Extracted records:

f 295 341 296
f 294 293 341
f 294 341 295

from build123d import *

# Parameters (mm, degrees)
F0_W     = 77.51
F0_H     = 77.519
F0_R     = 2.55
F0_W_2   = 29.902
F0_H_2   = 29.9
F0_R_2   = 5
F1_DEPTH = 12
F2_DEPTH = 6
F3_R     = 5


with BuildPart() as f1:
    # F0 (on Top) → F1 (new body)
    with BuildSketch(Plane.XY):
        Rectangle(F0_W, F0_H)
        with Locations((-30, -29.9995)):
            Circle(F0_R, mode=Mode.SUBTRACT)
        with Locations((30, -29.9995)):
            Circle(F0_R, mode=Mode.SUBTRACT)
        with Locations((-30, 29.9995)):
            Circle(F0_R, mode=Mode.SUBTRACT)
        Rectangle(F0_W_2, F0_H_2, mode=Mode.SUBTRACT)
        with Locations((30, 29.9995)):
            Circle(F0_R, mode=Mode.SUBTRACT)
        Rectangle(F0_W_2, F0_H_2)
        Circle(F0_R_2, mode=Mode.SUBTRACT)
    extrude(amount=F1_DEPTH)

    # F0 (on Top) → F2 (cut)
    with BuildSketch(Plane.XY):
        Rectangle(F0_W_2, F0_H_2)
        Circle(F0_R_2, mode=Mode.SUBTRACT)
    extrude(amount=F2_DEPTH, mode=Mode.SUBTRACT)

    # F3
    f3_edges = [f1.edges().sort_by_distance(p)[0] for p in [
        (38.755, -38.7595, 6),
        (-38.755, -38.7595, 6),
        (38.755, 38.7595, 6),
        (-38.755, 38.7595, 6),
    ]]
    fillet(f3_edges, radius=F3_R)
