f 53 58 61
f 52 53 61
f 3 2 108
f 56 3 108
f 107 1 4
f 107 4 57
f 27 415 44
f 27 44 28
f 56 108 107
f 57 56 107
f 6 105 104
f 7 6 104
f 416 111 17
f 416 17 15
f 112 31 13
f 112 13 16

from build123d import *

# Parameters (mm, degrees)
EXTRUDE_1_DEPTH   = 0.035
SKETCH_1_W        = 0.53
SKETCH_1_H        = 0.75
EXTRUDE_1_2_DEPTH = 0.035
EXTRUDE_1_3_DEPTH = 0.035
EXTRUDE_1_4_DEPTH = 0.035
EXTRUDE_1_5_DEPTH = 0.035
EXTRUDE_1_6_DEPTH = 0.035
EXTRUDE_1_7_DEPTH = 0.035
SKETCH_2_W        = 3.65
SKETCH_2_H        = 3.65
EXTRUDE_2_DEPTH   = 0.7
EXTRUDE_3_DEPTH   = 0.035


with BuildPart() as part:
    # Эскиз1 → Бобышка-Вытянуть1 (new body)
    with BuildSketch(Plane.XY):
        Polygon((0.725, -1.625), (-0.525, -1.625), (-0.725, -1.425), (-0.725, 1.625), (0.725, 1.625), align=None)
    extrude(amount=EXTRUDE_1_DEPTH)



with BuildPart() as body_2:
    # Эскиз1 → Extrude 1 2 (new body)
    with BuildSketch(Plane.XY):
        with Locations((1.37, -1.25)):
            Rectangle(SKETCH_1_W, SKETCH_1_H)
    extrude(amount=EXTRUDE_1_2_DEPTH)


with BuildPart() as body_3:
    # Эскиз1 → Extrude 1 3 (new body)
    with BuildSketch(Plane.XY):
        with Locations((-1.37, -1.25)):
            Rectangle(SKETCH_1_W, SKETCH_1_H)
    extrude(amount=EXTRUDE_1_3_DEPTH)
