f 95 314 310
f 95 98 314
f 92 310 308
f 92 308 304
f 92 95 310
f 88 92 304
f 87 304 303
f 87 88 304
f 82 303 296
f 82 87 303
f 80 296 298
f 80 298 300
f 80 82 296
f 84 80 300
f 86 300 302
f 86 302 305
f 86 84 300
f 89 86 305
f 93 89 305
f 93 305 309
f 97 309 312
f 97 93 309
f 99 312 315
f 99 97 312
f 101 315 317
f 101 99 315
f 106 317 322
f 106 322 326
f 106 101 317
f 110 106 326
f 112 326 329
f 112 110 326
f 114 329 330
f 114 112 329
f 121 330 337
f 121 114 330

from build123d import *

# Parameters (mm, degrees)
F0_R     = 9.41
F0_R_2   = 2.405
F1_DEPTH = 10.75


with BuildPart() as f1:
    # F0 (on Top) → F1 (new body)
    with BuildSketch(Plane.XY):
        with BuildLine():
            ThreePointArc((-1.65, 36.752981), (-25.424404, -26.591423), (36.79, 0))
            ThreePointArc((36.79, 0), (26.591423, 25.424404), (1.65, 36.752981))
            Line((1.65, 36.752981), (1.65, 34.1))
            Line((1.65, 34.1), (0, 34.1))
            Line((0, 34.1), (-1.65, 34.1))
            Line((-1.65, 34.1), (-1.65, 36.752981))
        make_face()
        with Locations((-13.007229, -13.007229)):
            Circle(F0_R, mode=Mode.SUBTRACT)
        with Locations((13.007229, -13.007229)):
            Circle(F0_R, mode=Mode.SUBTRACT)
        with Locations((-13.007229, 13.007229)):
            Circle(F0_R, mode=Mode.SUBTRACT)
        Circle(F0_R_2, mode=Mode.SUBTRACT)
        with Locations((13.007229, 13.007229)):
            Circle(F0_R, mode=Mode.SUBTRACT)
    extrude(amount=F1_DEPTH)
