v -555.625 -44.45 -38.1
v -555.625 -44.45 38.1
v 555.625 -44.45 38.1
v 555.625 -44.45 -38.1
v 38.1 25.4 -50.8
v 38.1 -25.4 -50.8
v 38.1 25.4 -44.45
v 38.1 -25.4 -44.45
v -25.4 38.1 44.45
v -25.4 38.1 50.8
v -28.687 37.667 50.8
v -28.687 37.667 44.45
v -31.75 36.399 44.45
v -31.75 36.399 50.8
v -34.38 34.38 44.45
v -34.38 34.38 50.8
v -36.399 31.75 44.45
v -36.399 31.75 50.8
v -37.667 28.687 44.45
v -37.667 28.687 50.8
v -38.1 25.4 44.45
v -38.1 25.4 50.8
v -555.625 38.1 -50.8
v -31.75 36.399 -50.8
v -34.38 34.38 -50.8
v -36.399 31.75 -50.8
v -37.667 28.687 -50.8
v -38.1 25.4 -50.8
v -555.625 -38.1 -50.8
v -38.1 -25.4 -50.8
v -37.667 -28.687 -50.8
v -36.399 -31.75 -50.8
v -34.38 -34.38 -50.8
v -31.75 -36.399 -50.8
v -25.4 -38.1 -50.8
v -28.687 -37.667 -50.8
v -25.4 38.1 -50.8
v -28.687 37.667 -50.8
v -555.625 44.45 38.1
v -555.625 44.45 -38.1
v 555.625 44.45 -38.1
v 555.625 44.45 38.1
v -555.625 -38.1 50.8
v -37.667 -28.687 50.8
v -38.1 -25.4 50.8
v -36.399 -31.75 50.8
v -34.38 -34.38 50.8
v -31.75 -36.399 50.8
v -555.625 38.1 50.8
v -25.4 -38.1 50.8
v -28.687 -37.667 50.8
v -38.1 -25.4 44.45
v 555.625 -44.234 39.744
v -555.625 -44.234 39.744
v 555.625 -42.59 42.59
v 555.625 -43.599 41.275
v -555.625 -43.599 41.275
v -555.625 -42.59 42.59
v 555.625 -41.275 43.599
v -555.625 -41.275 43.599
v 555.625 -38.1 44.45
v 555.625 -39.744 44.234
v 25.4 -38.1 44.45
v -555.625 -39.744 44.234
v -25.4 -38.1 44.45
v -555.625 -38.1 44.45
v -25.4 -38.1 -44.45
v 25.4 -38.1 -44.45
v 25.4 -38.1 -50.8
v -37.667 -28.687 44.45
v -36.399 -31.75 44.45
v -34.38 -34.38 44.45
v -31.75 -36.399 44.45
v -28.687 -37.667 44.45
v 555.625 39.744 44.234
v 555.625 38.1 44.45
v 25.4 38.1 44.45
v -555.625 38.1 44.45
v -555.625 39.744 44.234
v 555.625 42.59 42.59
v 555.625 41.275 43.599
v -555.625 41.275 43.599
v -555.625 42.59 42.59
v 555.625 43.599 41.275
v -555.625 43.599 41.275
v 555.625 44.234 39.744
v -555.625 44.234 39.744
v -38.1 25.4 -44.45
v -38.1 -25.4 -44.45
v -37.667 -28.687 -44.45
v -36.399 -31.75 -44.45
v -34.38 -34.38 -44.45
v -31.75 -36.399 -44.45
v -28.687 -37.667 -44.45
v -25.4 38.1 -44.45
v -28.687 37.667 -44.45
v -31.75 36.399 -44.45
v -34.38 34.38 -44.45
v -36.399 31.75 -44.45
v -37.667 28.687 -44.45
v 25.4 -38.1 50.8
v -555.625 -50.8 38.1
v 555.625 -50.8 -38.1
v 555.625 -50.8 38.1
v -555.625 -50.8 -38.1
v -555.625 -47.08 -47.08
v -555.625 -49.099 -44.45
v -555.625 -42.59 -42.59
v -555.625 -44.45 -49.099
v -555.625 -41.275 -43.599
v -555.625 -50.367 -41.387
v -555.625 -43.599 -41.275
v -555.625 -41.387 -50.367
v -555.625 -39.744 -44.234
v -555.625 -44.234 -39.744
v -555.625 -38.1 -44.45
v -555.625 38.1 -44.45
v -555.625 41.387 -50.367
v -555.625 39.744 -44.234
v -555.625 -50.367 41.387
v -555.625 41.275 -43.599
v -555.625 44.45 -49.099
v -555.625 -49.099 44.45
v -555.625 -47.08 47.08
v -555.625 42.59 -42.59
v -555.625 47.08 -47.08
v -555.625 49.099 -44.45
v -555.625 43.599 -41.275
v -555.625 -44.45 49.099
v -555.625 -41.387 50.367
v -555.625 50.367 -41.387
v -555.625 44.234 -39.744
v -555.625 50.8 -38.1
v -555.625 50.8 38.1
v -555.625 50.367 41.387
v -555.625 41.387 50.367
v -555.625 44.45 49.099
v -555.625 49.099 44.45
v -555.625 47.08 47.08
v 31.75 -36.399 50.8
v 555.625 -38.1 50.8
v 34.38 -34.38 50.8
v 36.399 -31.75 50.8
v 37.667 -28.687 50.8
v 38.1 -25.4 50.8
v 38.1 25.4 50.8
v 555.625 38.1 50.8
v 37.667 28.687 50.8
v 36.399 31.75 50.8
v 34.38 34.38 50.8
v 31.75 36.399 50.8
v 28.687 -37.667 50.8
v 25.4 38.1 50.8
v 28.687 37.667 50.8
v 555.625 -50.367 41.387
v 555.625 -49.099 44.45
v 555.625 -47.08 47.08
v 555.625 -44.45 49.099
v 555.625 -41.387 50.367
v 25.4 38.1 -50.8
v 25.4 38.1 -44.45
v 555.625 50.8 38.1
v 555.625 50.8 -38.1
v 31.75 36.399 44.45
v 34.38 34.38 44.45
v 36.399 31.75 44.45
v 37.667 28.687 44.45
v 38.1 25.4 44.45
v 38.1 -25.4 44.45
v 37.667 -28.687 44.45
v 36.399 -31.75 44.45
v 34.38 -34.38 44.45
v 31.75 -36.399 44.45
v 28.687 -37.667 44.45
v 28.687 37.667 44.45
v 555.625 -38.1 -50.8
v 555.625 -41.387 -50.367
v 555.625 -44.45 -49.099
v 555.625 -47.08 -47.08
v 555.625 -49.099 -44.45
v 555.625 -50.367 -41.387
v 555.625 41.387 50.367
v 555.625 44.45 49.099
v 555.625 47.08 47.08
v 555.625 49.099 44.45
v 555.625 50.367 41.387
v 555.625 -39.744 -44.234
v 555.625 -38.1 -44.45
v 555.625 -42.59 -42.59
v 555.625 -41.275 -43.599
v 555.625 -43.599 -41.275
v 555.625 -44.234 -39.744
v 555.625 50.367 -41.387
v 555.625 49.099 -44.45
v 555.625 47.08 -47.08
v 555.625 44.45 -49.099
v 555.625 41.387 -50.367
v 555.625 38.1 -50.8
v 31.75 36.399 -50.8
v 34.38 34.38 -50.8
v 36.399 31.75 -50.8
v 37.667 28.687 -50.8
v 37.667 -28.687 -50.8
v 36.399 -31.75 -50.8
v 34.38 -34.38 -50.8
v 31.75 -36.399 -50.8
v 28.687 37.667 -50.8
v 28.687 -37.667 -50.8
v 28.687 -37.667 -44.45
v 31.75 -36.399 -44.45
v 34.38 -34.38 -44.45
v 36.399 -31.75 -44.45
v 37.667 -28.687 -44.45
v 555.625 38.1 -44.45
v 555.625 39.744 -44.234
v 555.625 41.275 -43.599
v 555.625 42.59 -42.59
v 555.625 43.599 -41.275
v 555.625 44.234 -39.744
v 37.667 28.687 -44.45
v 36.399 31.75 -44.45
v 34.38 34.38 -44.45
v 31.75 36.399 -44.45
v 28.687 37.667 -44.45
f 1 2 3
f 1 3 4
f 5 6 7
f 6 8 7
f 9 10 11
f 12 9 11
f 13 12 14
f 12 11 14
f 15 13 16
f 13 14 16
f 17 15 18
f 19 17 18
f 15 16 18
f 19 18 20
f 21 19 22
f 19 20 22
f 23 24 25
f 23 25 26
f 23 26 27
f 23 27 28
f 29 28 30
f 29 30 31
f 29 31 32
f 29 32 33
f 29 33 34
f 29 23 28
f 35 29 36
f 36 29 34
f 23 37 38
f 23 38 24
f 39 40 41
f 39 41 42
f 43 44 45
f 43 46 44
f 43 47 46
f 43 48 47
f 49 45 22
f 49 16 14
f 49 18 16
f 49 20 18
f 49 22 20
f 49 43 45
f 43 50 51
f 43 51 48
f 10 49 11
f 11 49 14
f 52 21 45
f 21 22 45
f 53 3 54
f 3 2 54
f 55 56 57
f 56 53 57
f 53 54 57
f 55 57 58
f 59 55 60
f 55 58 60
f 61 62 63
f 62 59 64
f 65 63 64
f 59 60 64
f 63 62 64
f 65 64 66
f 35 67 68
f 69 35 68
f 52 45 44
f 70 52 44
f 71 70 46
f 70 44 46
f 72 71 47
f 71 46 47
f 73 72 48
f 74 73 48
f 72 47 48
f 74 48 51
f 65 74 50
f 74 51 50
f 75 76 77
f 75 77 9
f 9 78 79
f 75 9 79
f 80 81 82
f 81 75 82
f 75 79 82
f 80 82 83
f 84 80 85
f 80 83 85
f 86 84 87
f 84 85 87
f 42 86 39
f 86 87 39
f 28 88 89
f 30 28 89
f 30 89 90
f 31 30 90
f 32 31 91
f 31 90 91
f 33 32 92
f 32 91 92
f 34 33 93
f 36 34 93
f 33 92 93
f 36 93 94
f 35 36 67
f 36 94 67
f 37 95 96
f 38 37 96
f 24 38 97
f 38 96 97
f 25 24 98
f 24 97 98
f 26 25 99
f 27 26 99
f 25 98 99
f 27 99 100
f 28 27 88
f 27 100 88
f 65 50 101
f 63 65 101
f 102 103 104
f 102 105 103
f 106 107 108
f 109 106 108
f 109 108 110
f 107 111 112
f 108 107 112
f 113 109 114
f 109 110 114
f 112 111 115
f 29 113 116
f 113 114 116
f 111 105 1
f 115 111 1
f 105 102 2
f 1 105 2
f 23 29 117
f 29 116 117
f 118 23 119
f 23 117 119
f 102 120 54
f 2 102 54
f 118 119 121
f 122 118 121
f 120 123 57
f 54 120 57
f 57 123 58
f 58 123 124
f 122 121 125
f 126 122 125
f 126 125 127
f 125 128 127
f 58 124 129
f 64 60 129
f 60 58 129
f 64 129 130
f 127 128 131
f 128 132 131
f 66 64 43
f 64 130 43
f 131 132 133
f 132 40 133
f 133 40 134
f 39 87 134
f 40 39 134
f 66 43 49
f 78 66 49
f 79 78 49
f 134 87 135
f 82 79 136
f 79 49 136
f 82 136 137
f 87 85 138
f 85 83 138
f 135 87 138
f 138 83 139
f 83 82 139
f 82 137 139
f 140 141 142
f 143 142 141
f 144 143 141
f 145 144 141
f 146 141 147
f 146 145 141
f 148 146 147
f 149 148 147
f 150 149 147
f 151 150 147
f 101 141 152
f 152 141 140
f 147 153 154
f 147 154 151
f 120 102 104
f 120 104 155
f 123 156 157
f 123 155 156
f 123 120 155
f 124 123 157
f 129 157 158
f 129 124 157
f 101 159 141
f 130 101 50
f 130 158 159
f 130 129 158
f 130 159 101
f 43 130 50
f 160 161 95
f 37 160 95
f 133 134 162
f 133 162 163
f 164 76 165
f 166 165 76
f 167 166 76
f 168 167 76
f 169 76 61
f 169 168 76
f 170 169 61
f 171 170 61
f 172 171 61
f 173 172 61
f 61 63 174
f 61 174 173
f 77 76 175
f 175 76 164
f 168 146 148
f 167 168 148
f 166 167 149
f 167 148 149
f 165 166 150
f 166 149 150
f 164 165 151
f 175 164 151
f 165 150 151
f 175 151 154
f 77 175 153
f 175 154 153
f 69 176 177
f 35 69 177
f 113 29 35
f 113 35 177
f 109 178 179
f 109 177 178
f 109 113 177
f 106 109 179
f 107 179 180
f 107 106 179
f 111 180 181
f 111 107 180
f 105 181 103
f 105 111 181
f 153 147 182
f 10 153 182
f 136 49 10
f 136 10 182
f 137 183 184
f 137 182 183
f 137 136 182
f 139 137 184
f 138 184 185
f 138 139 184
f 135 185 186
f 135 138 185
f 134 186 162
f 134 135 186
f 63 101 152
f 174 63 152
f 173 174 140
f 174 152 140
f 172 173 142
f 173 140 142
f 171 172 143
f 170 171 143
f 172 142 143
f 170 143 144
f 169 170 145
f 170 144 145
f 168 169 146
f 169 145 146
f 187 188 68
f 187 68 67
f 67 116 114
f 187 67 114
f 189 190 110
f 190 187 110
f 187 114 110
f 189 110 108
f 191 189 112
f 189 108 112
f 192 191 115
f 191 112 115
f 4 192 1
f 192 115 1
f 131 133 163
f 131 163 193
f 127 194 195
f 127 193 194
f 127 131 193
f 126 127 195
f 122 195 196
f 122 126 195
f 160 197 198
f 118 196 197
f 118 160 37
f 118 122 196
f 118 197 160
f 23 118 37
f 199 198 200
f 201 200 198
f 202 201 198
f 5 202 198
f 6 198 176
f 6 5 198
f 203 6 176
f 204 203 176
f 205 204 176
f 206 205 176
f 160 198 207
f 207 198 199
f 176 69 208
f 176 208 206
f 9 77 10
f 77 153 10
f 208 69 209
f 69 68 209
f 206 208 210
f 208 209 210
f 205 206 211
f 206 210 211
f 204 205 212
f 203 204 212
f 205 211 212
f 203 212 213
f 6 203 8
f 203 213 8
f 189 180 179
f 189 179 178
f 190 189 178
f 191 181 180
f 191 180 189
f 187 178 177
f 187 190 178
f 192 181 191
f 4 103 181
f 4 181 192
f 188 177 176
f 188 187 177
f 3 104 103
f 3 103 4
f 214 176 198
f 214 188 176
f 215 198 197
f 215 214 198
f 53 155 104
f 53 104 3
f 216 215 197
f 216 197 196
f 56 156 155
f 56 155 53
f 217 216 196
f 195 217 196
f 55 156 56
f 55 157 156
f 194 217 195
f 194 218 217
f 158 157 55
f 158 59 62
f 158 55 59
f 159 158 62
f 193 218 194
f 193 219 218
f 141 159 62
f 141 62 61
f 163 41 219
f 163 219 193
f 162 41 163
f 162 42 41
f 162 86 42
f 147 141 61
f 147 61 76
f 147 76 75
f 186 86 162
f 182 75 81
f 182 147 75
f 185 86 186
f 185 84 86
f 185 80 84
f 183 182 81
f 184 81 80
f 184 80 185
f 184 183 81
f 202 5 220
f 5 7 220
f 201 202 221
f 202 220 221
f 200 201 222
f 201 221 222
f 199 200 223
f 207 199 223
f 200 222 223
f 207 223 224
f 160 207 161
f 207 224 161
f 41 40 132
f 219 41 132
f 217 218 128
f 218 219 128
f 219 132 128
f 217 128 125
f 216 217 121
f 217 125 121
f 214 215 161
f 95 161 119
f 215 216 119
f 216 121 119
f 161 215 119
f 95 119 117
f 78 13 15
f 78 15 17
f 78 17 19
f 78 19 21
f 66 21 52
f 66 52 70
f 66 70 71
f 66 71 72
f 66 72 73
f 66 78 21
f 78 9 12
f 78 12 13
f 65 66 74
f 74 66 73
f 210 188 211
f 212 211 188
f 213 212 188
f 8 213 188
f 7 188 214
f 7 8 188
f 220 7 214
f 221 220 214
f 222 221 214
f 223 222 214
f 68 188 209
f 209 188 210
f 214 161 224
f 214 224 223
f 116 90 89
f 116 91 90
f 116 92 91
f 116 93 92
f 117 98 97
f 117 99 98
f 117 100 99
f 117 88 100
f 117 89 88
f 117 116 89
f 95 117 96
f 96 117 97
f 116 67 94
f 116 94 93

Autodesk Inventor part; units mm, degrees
ref_plane "YZ Plane" through (0, 0, 0) normal (1, 0, 0) x (0, 1, 0)
ref_plane "XZ Plane" through (0, 0, 0) normal (0, 1, 0) x (-1, 0, 0)
ref_plane "XY Plane" through (0, 0, 0) normal (0, 0, 1) x (1, 0, 0)
sketch "Sketch5" plane through (0, 0, 0) normal (1, 0, 0) x (0, 1, 0)
  line L0 (-38.1, 50.8) -> (38.1, 50.8)
  line L1 (50.8, 38.1) -> (50.8, -38.1)
  line L2 (38.1, -50.8) -> (-38.1, -50.8)
  line L3 (-50.8, -38.1) -> (-50.8, 38.1)
  line L4 (-50.8, 50.8) -> (50.8, -50.8) construction
  line L5 (50.8, 50.8) -> (-50.8, -50.8) construction
  arc A0 (50.8, 38.1) -> (38.1, 50.8) centre (38.1, 38.1) ccw
  arc A1 (38.1, -50.8) -> (50.8, -38.1) centre (38.1, -38.1) ccw
  arc A2 (-50.8, -38.1) -> (-38.1, -50.8) centre (-38.1, -38.1) ccw
  arc A3 (-38.1, 50.8) -> (-50.8, 38.1) centre (-38.1, 38.1) ccw
  line L6 (44.45, -38.1) -> (44.45, 38.1)
  arc A4 (44.45, 38.1) -> (38.1, 44.45) centre (38.1, 38.1) ccw
  line L7 (38.1, 44.45) -> (-38.1, 44.45)
  arc A5 (-38.1, 44.45) -> (-44.45, 38.1) centre (-38.1, 38.1) ccw
  line L8 (-44.45, 38.1) -> (-44.45, -38.1)
  arc A6 (-44.45, -38.1) -> (-38.1, -44.45) centre (-38.1, -38.1) ccw
  line L9 (-38.1, -44.45) -> (38.1, -44.45)
  arc A7 (38.1, -44.45) -> (44.45, -38.1) centre (38.1, -38.1) ccw
  point P0 (0, 0)
  dimension "d6" = 101.6
  dimension "d7" = 101.6
  dimension "d8" = 12.7
  dimension "d9" = 6.35
extrude "Extrusion4" add sketch "Sketch5" along normal mid plane 1111.25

## TASK OBJECTIVE:
The expected reply is a number only, the tally of lines in the data where the word "ThreePointArc" is found.

## WORKED SOLUTION:
2